Jury finds TCS not guilty of anti-American bias in staffing its US offices

A jury in California rejected claims that Tata Consultancy Services Ltd. has discriminated for years against American workers in favor of staffing its US offices with Indians. The verdict is a major victory for the Indian outsourcing industry, whose business model depends heavily on exporting Indian engineers to the US A federal jury in Oakland, California, sided Wednesday with TCS against four former employees who claimed they’d been sidelined and fired because they aren’t South Asian. The case was the first of several accusing India’s big IT firms of hiring bias in the US to go to trial.
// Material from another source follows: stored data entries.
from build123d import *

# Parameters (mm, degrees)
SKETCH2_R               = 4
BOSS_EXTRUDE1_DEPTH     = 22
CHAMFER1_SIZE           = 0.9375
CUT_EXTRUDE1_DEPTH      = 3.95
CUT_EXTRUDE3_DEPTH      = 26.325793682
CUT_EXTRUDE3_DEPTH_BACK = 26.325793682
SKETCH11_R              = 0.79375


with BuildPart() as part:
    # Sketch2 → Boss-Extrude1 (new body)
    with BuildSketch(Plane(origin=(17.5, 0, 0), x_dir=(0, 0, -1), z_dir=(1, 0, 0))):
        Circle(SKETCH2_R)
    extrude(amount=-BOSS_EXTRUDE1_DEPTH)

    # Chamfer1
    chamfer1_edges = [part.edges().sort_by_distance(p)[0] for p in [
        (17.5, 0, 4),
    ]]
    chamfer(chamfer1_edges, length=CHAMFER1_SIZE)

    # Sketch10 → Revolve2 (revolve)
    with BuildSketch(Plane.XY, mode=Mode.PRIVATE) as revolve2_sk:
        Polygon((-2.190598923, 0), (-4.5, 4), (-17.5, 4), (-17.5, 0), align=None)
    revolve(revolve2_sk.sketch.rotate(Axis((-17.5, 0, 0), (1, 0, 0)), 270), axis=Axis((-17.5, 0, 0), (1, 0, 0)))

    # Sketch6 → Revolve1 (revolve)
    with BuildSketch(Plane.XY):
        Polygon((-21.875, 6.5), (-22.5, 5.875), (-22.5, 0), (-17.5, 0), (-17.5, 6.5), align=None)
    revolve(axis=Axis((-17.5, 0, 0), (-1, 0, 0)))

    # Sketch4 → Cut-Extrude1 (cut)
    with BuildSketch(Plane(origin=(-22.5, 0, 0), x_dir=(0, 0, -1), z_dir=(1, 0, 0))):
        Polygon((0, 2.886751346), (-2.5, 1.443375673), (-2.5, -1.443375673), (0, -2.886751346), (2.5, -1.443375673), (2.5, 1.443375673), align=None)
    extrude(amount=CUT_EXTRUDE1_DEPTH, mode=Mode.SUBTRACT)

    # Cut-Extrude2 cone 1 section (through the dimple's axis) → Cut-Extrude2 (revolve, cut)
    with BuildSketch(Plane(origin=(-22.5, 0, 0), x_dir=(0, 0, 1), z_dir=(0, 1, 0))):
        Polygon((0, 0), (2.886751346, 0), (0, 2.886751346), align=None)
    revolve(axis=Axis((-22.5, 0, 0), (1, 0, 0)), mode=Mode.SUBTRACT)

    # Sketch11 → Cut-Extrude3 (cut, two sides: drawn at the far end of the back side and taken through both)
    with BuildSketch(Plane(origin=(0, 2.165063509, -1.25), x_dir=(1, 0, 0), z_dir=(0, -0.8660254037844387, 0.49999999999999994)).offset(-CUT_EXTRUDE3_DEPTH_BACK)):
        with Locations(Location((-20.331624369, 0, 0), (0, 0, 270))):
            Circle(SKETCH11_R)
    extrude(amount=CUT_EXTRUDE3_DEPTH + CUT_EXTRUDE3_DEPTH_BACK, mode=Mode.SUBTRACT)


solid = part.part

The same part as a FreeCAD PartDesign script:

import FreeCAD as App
import Part
import Sketcher

V = App.Vector
Q = App.Units.Quantity


def edges_at(feature, points):
    """Names of the edges that pass closest to the given points."""
    edges = feature.Shape.Edges
    near = lambda p: min(range(len(edges)), key=lambda i: edges[i].distToShape(Part.Vertex(*p))[0])
    return sorted({f"Edge{near(p) + 1}" for p in points})

doc = App.newDocument("Part")
body = doc.addObject("PartDesign::Body", "Body")

# Sketch on YZ plane
sketch1 = doc.addObject("Sketcher::SketchObject", "Sketch")
body.addObject(sketch1)
sketch1.AttachmentSupport = (doc.YZ_Plane, [""])
sketch1.MapMode = "FlatFace"
sketch1.AttachmentOffset = App.Placement(V(0, 0, 17.5), App.Rotation())
sketch1.addGeometry(Part.Circle(V(0, 0, 0), V(0, 0, 1), 4), False)
sketch1.addConstraint([
    Sketcher.Constraint("Coincident", 0, 3, -1, 1),
    Sketcher.Constraint("Diameter", 0, Q("8 mm")),
])
pad1 = doc.addObject("PartDesign::Pad", "Pad")
body.addObject(pad1)
pad1.Profile = sketch1
pad1.Length = 22
pad1.Reversed = True
doc.recompute()

chamfer = doc.addObject("PartDesign::Chamfer", "Chamfer")
body.addObject(chamfer)
chamfer.Base = (pad1, edges_at(pad1, [(17.5, 0, 4)]))
chamfer.Size = 0.9375

# Sketch on XY plane
sketch2 = doc.addObject("Sketcher::SketchObject", "Sketch001")
body.addObject(sketch2)
sketch2.AttachmentSupport = (doc.XY_Plane, [""])
sketch2.MapMode = "FlatFace"
sketch2.addGeometry([
    Part.LineSegment(V(-2.190599, 0, 0), V(-4.5, 4, 0)),
    Part.LineSegment(V(-4.5, 4, 0), V(-17.5, 4, 0)),
    Part.LineSegment(V(-17.5, 4, 0), V(-17.5, 0, 0)),
    Part.LineSegment(V(-17.5, 0, 0), V(-2.190599, 0, 0)),
], False)
sketch2.addConstraint([
    Sketcher.Constraint("Coincident", 0, 2, 1, 1),
    Sketcher.Constraint("Coincident", 1, 2, 2, 1),
    Sketcher.Constraint("Coincident", 2, 2, 3, 1),
    Sketcher.Constraint("Coincident", 3, 2, 0, 1),
    Sketcher.Constraint("Horizontal", 1),
    Sketcher.Constraint("Vertical", 2),
    Sketcher.Constraint("Horizontal", 3),
    Sketcher.Constraint("PointOnObject", 2, 2, -1),
    Sketcher.Constraint("DistanceX", 1, 2, 1, 1, Q("13 mm")),
    Sketcher.Constraint("DistanceY", 2, 2, 2, 1, Q("4 mm")),
    Sketcher.Constraint("Angle", 0, Q("120 deg")),
    Sketcher.Constraint("DistanceX", 0, 2, -1, 1, Q("4.5 mm")),
])
revolution = doc.addObject("PartDesign::Revolution", "Revolution")
body.addObject(revolution)
revolution.Profile = sketch2
revolution.ReferenceAxis = (sketch2, ["H_Axis"])
revolution.Angle = 360

# Sketch on XY plane
sketch3 = doc.addObject("Sketcher::SketchObject", "Sketch002")
body.addObject(sketch3)
sketch3.AttachmentSupport = (doc.XY_Plane, [""])
sketch3.MapMode = "FlatFace"
sketch3.addGeometry([
    Part.LineSegment(V(-21.875, 6.5, 0), V(-22.5, 5.875, 0)),  # 0
    Part.LineSegment(V(-22.5, 5.875, 0), V(-22.5, 0, 0)),  # 1
    Part.LineSegment(V(-22.5, 0, 0), V(-17.5, 0, 0)),  # 2
    Part.LineSegment(V(-17.5, 0, 0), V(-17.5, 6.5, 0)),  # 3
    Part.LineSegment(V(-17.5, 6.5, 0), V(-21.875, 6.5, 0)),  # 4
], False)
sketch3.addConstraint([
    Sketcher.Constraint("Coincident", 0, 2, 1, 1),
    Sketcher.Constraint("Coincident", 1, 2, 2, 1),
    Sketcher.Constraint("Coincident", 2, 2, 3, 1),
    Sketcher.Constraint("Coincident", 3, 2, 4, 1),
    Sketcher.Constraint("Coincident", 4, 2, 0, 1),
    Sketcher.Constraint("Vertical", 1),
    Sketcher.Constraint("Horizontal", 2),
    Sketcher.Constraint("Vertical", 3),
    Sketcher.Constraint("Horizontal", 4),
    Sketcher.Constraint("PointOnObject", 1, 2, -1),
    Sketcher.Constraint("DistanceX", 2, 1, 2, 2, Q("5 mm")),
    Sketcher.Constraint("Angle", 0, Q("-135 deg")),
    Sketcher.Constraint("DistanceY", 3, 1, 3, 2, Q("6.5 mm")),
    Sketcher.Constraint("DistanceX", 0, 2, -1, 1, Q("22.5 mm")),
    Sketcher.Constraint("DistanceX", 4, 2, 4, 1, Q("4.375 mm")),
])
revolution2 = doc.addObject("PartDesign::Revolution", "Revolution001")
body.addObject(revolution2)
revolution2.Profile = sketch3
revolution2.ReferenceAxis = (sketch3, ["H_Axis"])
revolution2.Angle = 360

# Sketch on YZ plane
sketch4 = doc.addObject("Sketcher::SketchObject", "Sketch003")
body.addObject(sketch4)
sketch4.AttachmentSupport = (doc.YZ_Plane, [""])
sketch4.MapMode = "FlatFace"
sketch4.AttachmentOffset = App.Placement(V(0, 0, -22.5), App.Rotation())
sketch4.addGeometry([
    Part.LineSegment(V(2.886751, 0, 0), V(1.443376, 2.5, 0)),  # 0
    Part.LineSegment(V(1.443376, 2.5, 0), V(-1.443376, 2.5, 0)),  # 1
    Part.LineSegment(V(-1.443376, 2.5, 0), V(-2.886751, 0, 0)),  # 2
    Part.LineSegment(V(-2.886751, 0, 0), V(-1.443376, -2.5, 0)),  # 3
    Part.LineSegment(V(-1.443376, -2.5, 0), V(1.443376, -2.5, 0)),  # 4
    Part.LineSegment(V(1.443376, -2.5, 0), V(2.886751, 0, 0)),  # 5
], False)
sketch4.addConstraint([
    Sketcher.Constraint("Coincident", 0, 2, 1, 1),
    Sketcher.Constraint("Coincident", 1, 2, 2, 1),
    Sketcher.Constraint("Coincident", 2, 2, 3, 1),
    Sketcher.Constraint("Coincident", 3, 2, 4, 1),
    Sketcher.Constraint("Coincident", 4, 2, 5, 1),
    Sketcher.Constraint("Coincident", 5, 2, 0, 1),
    Sketcher.Constraint("Horizontal", 1),
    Sketcher.Constraint("Horizontal", 4),
    Sketcher.Constraint("Symmetric", 0, 2, 3, 2, -1, 1),
    Sketcher.Constraint("Symmetric", 2, 2, 5, 2, -1, 1),
    Sketcher.Constraint("PointOnObject", 2, 2, -1),
    Sketcher.Constraint("Parallel", 2, 5),
    Sketcher.Constraint("Vertical", 1, 2, 3, 2),
    Sketcher.Constraint("Angle", 0, Q("120 deg")),
    Sketcher.Constraint("DistanceY", 3, 2, 1, 2, Q("5 mm")),
    Sketcher.Constraint("DistanceX", 1, 2, 1, 1, Q("2.886751 mm")),
])
pocket1 = doc.addObject("PartDesign::Pocket", "Pocket")
body.addObject(pocket1)
pocket1.Profile = sketch4
pocket1.Length = 3.95
pocket1.Reversed = True

# Sketch on XZ plane
sketch5 = doc.addObject("Sketcher::SketchObject", "Sketch004")
body.addObject(sketch5)
sketch5.AttachmentSupport = (doc.XZ_Plane, [""])
sketch5.MapMode = "FlatFace"
sketch5.addGeometry([
    Part.LineSegment(V(-22.5, 0, 0), V(-22.5, 2.886751, 0)),
    Part.LineSegment(V(-22.5, 2.886751, 0), V(-19.613249, 0, 0)),
    Part.LineSegment(V(-19.613249, 0, 0), V(-22.5, 0, 0)),
], False)
sketch5.addConstraint([
    Sketcher.Constraint("Coincident", 0, 2, 1, 1),
    Sketcher.Constraint("Coincident", 1, 2, 2, 1),
    Sketcher.Constraint("Coincident", 2, 2, 0, 1),
    Sketcher.Constraint("Vertical", 0),
    Sketcher.Constraint("Horizontal", 2),
    Sketcher.Constraint("PointOnObject", 1, 2, -1),
    Sketcher.Constraint("Equal", 2, 0),
    Sketcher.Constraint("DistanceX", 0, 2, -1, 1, Q("22.5 mm")),
    Sketcher.Constraint("DistanceX", 2, 2, 2, 1, Q("2.886751 mm")),
])
groove = doc.addObject("PartDesign::Groove", "Groove")
body.addObject(groove)
groove.Profile = sketch5
groove.ReferenceAxis = (sketch5, ["H_Axis"])
groove.Angle = 360

# Sketch on an angled plane
sketch6 = doc.addObject("Sketcher::SketchObject", "Sketch005")
body.addObject(sketch6)
sketch6.Placement = App.Placement(V(0, 2.165064, -1.25), App.Rotation(V(1, 0, 0), V(0, 0.5, 0.866025404), V(0, -0.866025404, 0.5), "ZXY"))
sketch6.addGeometry(Part.Circle(V(-20.331624, 0, 0), V(0, 0, 1), 0.79375), False)
sketch6.addConstraint([
    Sketcher.Constraint("PointOnObject", 0, 3, -1),
    Sketcher.Constraint("Diameter", 0, Q("1.5875 mm")),
    Sketcher.Constraint("DistanceX", 0, 3, -1, 1, Q("20.331624 mm")),
])
pocket2 = doc.addObject("PartDesign::Pocket", "Pocket001")
body.addObject(pocket2)
pocket2.Profile = sketch6
pocket2.Type = "ThroughAll"
pocket2.Midplane = True

doc.recompute()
HCL Technologies Ltd., Infosys Ltd. and Wipro Ltd. face similar claims. This is a shot in the arm for the industry, which has not seen anything positive come out on the US visa regulation front for some years, said Anurag Rana. The trial cast a spotlight on work-visa programs that companies use to bring overseas workers to the US, a practice President Donald Trump has criticized in his protectionist push. TCS, Asia’s largest outsourcer, and rivals Infosys and Wipro have all been squeezed by the Trump administration to hire more Americans on US soil. TCS attorneys argued the company had no incentive to discriminate, having spent millions of dollars on building a local talent pool in the US Employees were terminated because they were unwilling to move to cities in the US where TCS needed more engineers, the company said. We have always maintained the claims made in this case were baseless and we are gratified that the jury agreed, Ben Trounson, a spokesman for TCS, said in an emailed statement after the verdict. The decisions we make about the hiring and retention of employees are based purely on their abilities and fit to serve our clients’ specific needs.